:: THE TASK ::
Transcribe exactly the lines that fall between the one holding "Rectangle(F0_W, F0_H)" and the one holding "extrude(amount=F3_DEPTH)", inclusive, from the entries below.

# # # # #

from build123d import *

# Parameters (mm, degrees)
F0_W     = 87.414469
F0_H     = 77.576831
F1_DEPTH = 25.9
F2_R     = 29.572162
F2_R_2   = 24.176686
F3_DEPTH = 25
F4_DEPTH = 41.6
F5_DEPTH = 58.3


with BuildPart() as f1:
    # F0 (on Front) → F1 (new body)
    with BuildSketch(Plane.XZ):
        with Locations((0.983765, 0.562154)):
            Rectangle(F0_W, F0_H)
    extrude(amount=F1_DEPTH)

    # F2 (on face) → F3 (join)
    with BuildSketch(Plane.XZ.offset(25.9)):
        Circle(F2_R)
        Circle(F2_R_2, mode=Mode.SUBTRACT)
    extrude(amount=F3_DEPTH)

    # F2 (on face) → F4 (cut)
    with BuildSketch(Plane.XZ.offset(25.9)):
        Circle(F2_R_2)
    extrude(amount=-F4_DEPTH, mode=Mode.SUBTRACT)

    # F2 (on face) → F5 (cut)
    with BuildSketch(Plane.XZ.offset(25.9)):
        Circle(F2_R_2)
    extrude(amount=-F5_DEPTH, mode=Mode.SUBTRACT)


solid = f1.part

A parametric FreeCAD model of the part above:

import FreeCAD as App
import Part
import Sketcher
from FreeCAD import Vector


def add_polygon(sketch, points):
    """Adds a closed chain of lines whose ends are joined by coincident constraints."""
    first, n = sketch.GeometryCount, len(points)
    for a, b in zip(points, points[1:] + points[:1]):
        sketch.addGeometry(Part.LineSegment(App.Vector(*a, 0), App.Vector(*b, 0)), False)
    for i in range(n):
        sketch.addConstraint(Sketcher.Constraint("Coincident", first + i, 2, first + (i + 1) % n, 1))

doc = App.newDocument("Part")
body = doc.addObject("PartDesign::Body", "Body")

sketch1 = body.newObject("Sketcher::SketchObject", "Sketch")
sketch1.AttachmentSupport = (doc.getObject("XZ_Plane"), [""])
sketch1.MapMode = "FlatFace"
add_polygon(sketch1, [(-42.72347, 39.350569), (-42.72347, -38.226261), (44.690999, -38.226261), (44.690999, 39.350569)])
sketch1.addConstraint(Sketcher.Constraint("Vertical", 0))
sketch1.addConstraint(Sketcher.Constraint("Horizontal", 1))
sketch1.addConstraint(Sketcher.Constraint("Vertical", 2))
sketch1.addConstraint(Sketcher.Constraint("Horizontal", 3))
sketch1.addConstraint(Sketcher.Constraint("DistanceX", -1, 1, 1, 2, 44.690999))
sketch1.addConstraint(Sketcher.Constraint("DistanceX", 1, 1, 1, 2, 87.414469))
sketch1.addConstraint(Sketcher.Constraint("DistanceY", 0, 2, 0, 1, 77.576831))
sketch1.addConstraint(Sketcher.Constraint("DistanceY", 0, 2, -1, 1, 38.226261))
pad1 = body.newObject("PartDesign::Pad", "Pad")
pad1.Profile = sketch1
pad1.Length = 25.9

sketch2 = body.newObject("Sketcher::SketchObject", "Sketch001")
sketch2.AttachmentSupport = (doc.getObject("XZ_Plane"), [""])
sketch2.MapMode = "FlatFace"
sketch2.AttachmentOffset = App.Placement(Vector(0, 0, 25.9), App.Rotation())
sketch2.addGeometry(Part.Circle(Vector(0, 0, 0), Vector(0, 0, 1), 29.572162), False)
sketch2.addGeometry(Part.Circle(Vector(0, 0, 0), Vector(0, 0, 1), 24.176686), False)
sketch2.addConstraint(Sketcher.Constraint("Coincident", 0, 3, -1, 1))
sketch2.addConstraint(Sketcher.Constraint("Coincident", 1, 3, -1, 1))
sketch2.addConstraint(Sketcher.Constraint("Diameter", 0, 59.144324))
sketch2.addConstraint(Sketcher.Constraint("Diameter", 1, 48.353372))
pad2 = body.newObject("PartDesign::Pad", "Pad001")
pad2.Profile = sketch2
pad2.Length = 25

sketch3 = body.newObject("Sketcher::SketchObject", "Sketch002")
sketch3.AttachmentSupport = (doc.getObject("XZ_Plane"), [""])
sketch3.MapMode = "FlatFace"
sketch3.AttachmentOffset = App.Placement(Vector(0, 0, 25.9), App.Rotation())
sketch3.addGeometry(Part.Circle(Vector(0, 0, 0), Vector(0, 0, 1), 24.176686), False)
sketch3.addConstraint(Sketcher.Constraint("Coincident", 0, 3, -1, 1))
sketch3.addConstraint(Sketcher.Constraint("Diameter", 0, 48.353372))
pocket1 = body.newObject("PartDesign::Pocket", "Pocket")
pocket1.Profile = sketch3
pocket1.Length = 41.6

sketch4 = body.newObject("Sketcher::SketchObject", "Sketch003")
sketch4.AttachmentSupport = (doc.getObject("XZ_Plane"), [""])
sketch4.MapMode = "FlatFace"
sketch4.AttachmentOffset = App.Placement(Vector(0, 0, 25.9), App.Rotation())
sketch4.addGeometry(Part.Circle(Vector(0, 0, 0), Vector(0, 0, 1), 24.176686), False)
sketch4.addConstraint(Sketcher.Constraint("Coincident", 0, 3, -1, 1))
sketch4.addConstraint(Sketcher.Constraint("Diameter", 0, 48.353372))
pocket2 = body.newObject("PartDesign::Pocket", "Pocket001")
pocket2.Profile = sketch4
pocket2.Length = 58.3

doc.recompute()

# # # # #

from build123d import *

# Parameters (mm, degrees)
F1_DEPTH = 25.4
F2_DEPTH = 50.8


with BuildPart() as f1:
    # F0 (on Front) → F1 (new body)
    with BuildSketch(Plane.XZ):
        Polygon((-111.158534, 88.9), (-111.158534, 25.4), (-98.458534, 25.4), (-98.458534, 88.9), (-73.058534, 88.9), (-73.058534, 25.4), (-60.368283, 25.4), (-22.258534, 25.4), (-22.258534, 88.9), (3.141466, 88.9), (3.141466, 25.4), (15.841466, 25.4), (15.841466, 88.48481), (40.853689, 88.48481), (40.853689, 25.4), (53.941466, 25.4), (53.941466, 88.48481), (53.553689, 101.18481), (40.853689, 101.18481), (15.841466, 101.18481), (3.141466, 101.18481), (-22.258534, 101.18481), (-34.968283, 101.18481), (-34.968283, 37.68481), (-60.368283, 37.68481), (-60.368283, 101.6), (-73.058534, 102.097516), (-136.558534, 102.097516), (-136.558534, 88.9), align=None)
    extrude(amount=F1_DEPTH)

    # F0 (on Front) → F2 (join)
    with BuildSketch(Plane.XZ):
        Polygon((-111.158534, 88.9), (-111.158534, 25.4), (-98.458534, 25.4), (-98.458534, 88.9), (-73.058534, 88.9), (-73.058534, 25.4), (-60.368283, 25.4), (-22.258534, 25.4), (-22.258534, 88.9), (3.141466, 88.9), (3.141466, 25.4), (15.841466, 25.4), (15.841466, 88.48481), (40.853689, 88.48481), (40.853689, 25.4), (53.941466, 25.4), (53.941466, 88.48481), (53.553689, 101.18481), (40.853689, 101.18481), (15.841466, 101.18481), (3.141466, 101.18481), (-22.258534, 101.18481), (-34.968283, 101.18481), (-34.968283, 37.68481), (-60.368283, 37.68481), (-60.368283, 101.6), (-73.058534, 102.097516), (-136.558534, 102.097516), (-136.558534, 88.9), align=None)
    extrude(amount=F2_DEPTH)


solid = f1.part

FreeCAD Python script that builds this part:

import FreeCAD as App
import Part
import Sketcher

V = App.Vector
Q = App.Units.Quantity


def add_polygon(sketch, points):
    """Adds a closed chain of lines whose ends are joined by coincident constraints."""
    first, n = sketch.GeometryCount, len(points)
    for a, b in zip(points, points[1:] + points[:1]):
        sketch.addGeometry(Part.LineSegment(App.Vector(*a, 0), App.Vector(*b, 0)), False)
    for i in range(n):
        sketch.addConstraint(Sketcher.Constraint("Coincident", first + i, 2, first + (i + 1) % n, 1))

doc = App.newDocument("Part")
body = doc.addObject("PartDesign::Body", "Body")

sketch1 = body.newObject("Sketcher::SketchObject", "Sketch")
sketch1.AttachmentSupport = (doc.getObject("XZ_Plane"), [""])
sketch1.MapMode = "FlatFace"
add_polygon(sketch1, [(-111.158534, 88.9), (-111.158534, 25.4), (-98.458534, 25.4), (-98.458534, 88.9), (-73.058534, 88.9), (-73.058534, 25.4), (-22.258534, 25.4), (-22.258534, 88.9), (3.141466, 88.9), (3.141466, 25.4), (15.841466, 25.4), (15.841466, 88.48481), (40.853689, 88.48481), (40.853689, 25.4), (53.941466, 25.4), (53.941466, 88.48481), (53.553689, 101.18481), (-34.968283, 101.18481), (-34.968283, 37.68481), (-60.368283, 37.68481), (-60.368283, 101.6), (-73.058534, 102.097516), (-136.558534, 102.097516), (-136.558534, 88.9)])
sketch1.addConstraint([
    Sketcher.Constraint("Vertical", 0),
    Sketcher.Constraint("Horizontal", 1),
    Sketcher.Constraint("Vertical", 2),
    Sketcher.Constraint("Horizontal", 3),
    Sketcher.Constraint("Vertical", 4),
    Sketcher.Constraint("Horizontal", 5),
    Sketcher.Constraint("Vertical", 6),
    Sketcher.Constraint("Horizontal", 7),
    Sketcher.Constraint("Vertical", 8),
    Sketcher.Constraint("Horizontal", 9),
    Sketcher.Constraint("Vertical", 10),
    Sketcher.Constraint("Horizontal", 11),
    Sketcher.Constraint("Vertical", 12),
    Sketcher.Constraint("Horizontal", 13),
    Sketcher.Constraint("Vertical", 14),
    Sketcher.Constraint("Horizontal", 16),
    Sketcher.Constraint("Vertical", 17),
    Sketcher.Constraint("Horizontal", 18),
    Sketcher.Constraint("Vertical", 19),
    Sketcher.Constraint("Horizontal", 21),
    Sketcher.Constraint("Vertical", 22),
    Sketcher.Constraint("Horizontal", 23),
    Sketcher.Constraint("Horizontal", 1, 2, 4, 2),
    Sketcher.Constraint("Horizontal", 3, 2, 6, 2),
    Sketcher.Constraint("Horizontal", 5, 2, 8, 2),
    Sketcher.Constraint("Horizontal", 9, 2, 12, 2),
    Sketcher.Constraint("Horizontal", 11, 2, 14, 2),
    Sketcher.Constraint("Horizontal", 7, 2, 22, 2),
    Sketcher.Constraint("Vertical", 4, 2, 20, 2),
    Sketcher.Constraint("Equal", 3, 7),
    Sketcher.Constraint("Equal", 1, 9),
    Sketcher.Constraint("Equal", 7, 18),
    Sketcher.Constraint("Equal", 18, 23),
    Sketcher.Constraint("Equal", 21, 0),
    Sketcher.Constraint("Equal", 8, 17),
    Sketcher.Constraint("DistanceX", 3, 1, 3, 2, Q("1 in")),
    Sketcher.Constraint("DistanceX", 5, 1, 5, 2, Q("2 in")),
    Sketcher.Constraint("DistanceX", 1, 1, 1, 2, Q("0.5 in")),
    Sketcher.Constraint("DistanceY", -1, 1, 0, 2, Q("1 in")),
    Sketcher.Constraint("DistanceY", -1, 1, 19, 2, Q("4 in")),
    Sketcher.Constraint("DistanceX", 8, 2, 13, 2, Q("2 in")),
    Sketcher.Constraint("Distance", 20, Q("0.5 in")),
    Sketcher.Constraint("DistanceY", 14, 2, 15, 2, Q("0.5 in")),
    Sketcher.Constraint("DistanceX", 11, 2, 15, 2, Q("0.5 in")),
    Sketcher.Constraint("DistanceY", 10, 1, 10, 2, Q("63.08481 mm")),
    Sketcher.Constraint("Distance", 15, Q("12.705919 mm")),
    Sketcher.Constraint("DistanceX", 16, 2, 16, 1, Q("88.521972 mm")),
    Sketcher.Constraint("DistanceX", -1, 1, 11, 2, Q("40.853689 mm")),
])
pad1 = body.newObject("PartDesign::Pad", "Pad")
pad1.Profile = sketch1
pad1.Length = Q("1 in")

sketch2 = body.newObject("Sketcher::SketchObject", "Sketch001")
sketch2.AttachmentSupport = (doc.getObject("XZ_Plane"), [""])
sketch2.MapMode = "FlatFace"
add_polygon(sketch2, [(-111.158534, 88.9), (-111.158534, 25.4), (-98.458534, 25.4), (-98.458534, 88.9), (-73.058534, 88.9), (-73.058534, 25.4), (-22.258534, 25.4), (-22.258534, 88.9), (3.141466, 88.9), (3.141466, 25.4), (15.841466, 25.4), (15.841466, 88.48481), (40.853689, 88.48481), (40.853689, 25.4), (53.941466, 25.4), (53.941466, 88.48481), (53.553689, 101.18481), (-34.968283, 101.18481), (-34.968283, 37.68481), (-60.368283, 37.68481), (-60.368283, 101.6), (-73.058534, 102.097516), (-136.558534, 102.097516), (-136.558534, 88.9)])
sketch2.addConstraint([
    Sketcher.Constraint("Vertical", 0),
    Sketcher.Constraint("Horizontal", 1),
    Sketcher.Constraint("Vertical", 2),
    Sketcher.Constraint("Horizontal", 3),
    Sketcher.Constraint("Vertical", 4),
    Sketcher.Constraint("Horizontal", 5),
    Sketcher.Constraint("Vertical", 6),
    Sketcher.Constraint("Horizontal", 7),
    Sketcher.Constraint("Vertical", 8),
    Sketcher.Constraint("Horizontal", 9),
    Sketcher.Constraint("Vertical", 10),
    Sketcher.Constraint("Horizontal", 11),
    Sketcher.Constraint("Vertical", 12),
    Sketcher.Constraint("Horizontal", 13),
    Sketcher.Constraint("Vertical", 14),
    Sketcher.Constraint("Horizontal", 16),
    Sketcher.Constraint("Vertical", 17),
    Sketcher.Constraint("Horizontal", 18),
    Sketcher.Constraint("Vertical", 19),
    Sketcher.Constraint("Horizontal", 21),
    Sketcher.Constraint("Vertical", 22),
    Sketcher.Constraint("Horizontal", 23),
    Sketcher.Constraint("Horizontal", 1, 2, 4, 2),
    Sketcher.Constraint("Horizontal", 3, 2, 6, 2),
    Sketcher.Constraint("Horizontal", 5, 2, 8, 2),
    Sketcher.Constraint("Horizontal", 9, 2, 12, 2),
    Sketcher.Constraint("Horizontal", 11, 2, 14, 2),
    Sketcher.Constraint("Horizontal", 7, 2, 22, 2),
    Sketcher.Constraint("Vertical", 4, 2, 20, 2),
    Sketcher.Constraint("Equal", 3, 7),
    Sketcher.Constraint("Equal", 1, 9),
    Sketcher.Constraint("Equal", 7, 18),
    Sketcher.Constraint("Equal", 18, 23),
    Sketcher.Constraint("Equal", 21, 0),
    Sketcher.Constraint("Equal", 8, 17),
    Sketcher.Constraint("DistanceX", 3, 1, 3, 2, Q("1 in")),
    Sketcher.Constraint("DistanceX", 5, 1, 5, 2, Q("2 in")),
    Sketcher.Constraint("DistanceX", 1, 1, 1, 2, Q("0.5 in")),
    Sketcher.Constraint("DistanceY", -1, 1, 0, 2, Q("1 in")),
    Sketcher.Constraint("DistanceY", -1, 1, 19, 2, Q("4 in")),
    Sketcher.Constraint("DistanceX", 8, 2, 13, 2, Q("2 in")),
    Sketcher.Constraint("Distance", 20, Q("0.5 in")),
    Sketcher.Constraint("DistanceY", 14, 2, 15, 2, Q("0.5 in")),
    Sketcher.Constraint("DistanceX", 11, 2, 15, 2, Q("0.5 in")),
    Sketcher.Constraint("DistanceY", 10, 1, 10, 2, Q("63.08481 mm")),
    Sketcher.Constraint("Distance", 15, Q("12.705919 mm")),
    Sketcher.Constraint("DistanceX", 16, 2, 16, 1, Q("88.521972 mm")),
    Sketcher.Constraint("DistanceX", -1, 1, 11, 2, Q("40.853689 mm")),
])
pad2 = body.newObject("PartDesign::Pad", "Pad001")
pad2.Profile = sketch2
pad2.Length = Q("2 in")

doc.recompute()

# # # # #

:: YOUR RESPONSE ::
            Rectangle(F0_W, F0_H)
    extrude(amount=F1_DEPTH)

    # F2 (on face) → F3 (join)
    with BuildSketch(Plane.XZ.offset(25.9)):
        Circle(F2_R)
        Circle(F2_R_2, mode=Mode.SUBTRACT)
    extrude(amount=F3_DEPTH)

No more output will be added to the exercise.